(Stored dataset items)
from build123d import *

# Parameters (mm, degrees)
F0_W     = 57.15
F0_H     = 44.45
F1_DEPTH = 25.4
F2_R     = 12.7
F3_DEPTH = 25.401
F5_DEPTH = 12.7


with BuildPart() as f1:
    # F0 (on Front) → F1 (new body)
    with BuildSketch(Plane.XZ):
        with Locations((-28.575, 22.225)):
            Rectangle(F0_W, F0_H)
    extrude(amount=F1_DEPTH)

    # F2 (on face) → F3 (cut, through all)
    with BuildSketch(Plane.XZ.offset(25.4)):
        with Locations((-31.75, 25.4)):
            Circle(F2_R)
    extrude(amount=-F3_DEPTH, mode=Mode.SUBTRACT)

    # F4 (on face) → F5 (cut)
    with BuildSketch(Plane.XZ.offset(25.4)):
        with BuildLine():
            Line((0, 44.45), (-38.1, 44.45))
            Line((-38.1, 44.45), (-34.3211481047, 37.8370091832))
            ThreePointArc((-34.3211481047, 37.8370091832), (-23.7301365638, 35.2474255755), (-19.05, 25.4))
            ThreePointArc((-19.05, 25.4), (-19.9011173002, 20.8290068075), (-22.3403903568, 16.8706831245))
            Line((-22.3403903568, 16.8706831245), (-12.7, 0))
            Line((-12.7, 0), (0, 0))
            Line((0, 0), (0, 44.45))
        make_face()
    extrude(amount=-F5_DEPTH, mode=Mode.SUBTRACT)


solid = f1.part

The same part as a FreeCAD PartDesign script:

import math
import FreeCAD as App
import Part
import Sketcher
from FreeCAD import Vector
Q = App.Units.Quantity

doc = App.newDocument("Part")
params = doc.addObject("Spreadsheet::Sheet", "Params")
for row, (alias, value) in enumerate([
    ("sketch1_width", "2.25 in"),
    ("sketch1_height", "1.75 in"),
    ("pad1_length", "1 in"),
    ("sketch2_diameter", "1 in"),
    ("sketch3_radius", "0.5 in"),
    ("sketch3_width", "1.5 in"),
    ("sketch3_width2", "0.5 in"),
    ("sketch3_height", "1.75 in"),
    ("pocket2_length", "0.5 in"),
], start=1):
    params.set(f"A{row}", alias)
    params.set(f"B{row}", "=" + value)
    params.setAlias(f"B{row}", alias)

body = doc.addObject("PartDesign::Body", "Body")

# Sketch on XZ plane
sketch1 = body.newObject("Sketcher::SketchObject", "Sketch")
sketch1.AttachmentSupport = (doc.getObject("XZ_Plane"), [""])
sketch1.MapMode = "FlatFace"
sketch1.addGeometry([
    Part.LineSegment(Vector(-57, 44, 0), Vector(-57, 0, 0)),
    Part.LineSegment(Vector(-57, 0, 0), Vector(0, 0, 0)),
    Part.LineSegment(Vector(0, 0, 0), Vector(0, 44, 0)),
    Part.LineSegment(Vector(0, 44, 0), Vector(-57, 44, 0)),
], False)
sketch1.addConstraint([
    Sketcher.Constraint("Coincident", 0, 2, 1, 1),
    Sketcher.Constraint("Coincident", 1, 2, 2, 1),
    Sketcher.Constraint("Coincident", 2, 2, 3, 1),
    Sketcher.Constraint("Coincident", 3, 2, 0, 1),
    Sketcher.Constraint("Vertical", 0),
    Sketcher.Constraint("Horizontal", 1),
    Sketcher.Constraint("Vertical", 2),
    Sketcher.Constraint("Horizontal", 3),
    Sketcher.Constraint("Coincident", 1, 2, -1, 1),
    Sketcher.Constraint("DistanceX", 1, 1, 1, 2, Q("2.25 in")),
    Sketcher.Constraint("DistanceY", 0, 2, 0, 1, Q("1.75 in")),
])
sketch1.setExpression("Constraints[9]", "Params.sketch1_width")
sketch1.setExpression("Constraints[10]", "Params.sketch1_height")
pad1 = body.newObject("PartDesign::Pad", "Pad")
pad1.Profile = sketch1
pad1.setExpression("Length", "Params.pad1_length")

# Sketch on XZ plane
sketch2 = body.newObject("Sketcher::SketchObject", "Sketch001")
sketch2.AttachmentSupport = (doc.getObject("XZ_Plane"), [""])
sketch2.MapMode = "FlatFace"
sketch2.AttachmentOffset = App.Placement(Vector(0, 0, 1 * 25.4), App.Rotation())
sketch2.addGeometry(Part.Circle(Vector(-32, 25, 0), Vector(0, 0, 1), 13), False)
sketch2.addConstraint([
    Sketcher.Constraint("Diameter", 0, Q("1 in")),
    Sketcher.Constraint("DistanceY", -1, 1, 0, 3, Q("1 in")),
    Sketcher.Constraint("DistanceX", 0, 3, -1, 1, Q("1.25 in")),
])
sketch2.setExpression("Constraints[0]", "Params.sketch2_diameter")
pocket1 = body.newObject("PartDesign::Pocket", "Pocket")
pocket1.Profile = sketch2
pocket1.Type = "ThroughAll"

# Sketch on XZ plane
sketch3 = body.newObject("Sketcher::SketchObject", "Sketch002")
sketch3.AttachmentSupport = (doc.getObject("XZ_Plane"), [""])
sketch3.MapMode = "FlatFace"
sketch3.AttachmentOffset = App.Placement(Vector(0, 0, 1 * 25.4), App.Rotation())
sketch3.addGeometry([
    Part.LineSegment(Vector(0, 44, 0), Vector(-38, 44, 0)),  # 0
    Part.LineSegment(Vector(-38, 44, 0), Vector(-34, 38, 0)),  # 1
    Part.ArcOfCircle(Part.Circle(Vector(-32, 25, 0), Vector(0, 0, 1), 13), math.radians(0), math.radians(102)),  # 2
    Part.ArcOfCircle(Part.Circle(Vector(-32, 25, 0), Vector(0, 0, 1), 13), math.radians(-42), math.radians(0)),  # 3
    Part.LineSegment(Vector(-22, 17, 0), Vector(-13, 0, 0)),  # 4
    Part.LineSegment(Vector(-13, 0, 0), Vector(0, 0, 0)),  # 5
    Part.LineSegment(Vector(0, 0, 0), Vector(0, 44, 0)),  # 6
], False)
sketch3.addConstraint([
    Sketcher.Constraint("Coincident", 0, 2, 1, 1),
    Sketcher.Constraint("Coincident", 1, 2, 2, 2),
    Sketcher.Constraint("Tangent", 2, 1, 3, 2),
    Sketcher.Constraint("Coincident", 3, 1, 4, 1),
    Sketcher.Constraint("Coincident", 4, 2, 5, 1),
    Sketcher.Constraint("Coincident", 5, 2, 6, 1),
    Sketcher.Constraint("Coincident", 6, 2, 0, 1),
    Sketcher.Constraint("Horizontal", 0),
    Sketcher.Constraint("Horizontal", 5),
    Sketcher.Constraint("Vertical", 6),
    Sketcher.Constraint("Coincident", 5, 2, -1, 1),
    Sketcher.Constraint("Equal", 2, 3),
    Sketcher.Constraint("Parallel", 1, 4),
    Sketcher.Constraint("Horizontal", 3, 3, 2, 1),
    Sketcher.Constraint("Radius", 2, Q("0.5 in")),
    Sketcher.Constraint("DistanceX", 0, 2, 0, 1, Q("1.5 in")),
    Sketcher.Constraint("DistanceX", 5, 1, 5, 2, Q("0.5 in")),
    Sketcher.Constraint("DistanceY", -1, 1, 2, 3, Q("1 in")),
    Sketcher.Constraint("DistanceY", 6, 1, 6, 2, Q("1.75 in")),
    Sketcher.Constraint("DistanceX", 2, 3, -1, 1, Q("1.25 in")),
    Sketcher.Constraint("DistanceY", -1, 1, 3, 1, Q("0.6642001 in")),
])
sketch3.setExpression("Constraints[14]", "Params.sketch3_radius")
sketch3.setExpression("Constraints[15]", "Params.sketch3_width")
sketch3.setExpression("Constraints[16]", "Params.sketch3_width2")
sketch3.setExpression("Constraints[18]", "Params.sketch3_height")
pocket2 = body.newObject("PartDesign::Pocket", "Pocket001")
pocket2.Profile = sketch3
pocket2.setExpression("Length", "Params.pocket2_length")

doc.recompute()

→ Problem details: Please transcribe only the lines in the records above running from the line that has "Circle(F2_R)" through the line that has "35.2474255755), (-19.05, 25.4))", both included, exactly as they appear.

→ Exercise output:
            Circle(F2_R)
    extrude(amount=-F3_DEPTH, mode=Mode.SUBTRACT)

    # F4 (on face) → F5 (cut)
    with BuildSketch(Plane.XZ.offset(25.4)):
        with BuildLine():
            Line((0, 44.45), (-38.1, 44.45))
            Line((-38.1, 44.45), (-34.3211481047, 37.8370091832))
            ThreePointArc((-34.3211481047, 37.8370091832), (-23.7301365638, 35.2474255755), (-19.05, 25.4))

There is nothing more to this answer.